At the beginning of the 2020s, the idea of a Green New Deal spread around the world, including Europe. The Green Deal of the EU Commission was further developed into a real Green New Deal for Europe. In addition to the socio-ecological transformation of the economy and society in Europe, this was also able to strengthen international solidarity and cooperation in such a way that climate change, social division within and between countries, and the associated dismantling of democracy could be stopped.

Central to these changes was the democratization of the European Central Bank (ECB). The latter is now controlled by the European Parliament and was given the mandate to ensure full employment across Europe and a massive commitment against climate change. At the same time, the debt brake was abandoned. Government leaders no longer make decisions based on the availability of money, but according to the availability of  resources that can actually be used productively, be it labor, natural or mineral resources, as well as in terms of benefits to the common good and environmental sustainability.

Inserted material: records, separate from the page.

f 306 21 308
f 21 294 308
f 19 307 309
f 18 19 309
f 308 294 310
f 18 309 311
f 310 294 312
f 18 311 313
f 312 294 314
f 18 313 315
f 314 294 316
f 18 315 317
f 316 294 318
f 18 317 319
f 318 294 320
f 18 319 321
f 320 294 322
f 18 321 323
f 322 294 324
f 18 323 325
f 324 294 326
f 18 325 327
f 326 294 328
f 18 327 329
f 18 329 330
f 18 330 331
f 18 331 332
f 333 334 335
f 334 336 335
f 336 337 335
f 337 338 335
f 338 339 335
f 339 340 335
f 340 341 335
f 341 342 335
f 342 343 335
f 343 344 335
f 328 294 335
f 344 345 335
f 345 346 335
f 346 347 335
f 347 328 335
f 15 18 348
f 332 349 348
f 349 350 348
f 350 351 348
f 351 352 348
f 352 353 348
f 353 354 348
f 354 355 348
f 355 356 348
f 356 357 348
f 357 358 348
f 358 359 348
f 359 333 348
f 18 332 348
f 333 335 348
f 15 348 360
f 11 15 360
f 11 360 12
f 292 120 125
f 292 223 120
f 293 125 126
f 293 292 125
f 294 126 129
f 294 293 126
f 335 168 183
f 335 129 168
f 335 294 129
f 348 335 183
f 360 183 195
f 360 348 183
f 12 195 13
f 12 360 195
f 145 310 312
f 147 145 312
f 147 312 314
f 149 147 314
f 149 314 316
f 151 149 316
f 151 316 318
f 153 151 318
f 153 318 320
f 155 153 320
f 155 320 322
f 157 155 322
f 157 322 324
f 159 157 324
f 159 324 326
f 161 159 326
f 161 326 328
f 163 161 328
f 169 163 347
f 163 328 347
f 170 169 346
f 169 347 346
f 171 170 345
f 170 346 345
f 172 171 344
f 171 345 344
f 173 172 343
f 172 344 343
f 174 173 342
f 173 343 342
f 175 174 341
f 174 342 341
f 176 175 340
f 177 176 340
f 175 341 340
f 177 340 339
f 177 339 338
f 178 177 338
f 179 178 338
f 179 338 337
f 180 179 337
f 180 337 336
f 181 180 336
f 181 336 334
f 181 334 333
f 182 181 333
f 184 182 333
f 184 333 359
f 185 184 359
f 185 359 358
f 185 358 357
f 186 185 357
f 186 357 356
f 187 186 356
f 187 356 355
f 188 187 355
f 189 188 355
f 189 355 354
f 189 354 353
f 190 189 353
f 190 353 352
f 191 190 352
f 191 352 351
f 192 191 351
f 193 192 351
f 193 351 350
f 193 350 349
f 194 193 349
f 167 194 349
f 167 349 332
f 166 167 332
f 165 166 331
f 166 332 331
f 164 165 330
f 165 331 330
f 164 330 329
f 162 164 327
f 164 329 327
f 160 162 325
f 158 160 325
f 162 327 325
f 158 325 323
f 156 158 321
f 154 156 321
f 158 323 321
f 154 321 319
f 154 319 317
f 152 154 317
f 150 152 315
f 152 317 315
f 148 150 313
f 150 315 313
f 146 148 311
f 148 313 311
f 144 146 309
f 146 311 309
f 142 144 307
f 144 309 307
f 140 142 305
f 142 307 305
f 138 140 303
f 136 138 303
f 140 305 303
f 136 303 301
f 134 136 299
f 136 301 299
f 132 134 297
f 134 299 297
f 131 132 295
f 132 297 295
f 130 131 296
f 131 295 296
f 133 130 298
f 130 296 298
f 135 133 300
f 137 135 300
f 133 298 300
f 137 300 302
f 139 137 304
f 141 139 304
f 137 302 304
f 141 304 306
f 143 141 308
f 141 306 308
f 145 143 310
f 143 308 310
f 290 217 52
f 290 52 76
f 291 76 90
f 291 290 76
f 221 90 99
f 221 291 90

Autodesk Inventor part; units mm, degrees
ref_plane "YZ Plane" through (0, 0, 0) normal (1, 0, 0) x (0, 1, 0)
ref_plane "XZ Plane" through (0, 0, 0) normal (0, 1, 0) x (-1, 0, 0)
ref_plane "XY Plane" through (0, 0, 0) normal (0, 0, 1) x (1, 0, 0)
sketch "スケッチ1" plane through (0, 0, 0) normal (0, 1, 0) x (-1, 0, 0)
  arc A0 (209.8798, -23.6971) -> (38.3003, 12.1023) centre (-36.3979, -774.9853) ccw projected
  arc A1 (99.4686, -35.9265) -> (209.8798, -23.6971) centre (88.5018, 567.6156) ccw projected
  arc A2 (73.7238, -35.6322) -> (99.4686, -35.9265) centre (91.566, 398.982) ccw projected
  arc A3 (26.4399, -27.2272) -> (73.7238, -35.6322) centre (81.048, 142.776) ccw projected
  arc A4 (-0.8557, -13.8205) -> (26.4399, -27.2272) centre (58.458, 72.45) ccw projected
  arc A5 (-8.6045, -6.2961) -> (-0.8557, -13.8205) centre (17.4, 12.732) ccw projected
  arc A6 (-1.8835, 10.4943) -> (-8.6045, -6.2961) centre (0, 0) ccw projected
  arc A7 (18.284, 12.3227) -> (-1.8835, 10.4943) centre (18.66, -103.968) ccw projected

Through the job guarantee with socially inclusive wages created in addition to the dividend model of the Green New Deal for Europe, which at the same time has also decisively raised the level of the minimum wage, all people can participate in the social and cultural life of their community and country as they wish.

In the following, we set out what the individual steps are that can actually lead us to such a future.

Introduction

“...We can - and we must, in order to survive - change and overcome the failed capitalist system in the next ten years, for it threatens to destroy the life-support systems of the earth and with them human civilization. We must replace this economic system with one that accepts barriers and boundaries, that preserves soils, groundwater, rain, ice, patterns of wind and water flow, pollinators, biological abundance and diversity, and that brings us social and economic justice. 

We supporters of the Green New Deal know we can do this in the ten years or so that UN scientists believe we have left.”

Ann Pettifor

The Green New Deal (GND) policy concept is not new. In content and policy direction, it has its antecedent in President Roosevelt’s “New Deal” in the first half of the 20th century in the United States. It was a large-scale, successful investment program to combat the economic consequences of the Great Depression, the accompanying unemployment and impoverishment, and massive ecological damage.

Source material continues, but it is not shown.